After the Labor Day weekend, Turbine will be heading west for a number of dates in Colorado and then pass through upstate New York in early October. After his one-off solo performance, Clark will rejoin Tea Leaf Green and, as is there wont, hit the road. They will return to New York City’s HighLine Ballroom for a pair of pre-Thanksgiving shows on November 25th and 26th.

Monday, August 18, 2008

Neil Diamond At Madison Square Garden: Is It Hip?

By: David Schultz

Unless you are approaching AARP eligibility, telling people you’re going to see Neil Diamond on a Saturday night evokes some pretty interesting reactions. For the most part, it all boils down to one thing: is Neil Diamond cool? The perennial go-to response has always been, “Of course Neil Diamond’s cool, he was in The Last Waltz.” However, that close to 32 years ago. To put it in perspective, there were also a lot of plaid leisure suits in The Last Waltz. Feel like wearing one of those in public? Saving Silverman made Diamond out to be a minor deity but a moronic movie cannot confer hipness. Also in the inconclusive category is the Saturday Night Live skit in which Will Ferrell gave him Diamond a blandly psychotic edge. (“This next song I wrote after I killed a drifter to get an erection.”). More concrete, Diamond did get the Rick Rubin treatment, not once but twice. In the end, it boils down to a nice little Catch-22: Neil Diamond’s show is cool but going to see it isn’t.

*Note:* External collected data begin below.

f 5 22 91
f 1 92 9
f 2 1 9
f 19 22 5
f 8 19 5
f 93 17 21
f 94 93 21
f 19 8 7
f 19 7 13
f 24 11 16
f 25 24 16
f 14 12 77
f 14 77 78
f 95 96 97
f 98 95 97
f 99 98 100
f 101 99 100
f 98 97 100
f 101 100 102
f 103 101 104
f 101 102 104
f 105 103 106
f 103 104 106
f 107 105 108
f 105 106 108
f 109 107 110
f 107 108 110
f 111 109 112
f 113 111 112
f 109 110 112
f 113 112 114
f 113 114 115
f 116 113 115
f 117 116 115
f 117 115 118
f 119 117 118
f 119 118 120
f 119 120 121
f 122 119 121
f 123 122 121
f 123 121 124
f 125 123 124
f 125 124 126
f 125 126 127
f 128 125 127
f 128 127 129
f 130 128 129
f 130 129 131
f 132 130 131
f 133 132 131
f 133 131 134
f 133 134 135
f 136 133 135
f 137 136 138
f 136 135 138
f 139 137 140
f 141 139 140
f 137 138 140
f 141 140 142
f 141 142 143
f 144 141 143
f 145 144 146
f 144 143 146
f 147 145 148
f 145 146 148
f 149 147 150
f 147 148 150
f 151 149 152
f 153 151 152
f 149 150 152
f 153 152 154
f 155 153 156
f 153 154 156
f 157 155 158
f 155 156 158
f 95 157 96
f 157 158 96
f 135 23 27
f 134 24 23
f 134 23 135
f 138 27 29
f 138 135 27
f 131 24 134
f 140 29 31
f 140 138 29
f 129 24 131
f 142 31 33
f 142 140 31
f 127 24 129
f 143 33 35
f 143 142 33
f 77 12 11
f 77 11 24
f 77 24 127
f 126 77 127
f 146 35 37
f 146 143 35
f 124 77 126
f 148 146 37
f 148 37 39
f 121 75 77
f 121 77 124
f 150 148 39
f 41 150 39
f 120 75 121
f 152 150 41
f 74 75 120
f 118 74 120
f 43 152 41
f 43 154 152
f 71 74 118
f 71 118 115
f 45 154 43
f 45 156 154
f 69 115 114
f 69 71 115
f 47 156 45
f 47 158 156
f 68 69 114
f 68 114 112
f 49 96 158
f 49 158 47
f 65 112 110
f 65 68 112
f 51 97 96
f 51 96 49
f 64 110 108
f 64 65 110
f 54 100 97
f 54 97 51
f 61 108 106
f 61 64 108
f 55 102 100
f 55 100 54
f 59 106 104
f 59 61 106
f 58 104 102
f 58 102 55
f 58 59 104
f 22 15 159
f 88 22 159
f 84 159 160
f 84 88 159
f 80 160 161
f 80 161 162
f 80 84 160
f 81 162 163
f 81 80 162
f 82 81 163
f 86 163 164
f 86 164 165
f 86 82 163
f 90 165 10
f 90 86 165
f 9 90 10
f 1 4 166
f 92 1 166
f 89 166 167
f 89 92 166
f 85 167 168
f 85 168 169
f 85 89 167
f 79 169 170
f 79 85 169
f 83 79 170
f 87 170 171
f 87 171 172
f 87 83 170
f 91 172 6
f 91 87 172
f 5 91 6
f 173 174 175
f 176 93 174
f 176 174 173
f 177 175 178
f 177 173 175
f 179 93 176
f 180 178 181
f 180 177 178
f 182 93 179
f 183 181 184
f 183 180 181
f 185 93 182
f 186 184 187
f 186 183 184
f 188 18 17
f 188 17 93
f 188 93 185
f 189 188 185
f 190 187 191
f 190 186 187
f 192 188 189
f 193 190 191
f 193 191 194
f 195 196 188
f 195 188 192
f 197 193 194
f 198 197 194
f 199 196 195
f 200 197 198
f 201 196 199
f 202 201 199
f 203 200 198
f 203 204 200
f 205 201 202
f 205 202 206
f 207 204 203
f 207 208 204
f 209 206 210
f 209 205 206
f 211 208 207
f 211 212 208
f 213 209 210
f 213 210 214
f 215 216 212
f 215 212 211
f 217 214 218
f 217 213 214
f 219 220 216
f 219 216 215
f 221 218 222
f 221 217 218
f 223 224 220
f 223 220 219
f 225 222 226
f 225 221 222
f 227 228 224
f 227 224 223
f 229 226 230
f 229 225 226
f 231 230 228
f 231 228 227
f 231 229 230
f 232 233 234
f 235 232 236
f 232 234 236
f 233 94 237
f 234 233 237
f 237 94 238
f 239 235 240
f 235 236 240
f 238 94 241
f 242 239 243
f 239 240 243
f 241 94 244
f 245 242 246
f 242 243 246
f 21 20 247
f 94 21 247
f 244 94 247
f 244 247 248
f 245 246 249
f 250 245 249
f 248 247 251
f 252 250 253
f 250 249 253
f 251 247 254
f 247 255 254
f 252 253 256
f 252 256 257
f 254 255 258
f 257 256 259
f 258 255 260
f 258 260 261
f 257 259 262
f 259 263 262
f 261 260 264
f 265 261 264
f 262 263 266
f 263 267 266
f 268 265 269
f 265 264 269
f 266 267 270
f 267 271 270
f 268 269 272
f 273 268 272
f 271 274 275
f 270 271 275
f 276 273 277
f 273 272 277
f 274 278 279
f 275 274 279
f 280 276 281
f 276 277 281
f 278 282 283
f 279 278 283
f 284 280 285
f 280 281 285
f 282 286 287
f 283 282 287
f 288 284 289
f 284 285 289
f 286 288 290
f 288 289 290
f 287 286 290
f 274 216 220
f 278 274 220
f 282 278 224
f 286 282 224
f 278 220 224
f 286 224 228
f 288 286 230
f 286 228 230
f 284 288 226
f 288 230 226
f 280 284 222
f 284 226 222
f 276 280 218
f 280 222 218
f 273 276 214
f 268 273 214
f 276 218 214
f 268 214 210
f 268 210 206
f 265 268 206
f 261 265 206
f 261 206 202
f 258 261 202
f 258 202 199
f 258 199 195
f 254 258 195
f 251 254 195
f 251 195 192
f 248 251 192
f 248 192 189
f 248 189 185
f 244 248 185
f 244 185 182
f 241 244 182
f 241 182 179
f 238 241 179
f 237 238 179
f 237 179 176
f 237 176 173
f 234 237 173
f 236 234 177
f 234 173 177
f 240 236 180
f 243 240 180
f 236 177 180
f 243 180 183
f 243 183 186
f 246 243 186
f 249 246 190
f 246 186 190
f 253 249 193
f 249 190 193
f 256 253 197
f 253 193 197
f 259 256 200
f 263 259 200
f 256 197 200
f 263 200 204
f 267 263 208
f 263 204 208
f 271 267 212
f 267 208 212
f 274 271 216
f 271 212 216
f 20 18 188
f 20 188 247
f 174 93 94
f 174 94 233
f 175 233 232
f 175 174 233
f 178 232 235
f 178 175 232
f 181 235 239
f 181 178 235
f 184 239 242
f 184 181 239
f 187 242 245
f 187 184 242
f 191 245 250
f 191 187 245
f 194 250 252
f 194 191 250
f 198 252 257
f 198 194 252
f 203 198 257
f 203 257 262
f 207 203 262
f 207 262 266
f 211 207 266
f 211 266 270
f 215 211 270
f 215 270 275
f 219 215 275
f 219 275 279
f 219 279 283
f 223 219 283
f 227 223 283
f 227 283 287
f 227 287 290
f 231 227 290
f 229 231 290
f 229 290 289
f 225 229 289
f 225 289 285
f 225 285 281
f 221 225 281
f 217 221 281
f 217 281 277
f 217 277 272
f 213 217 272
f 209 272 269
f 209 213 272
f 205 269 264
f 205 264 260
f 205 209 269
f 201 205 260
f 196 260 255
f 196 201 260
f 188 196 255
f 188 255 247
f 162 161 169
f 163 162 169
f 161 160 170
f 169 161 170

Saturday night’s concert was the last of four not-exactly sold out shows at Madison Square Garden. Diamond’s show is very much a throwback, not remotely geared towards a modern or young crowd. It’s cool in the same way the outdated Rat Pack antics of Dean Martin and Sammy Davis Jr. remain hip. Prior to taking the stage, announcements were made alerting folks as to how everything was going to proceed, that the lights will dim abruptly and that all of Diamond’s fans should fasten the brakes on their wheelchairs. (I may be wrong on that last part). Once the show began, Diamond went through the paces, putting forth an extremely solid show notable for its devotion to its tight choreography and staging. It didn’t seem as if Diamond was working off a script but you really couldn’t point to any single moment of spontaneity. It hardly mattered; people came to listen to Diamond’s warm and comforting voice, not to be part of a spectacle.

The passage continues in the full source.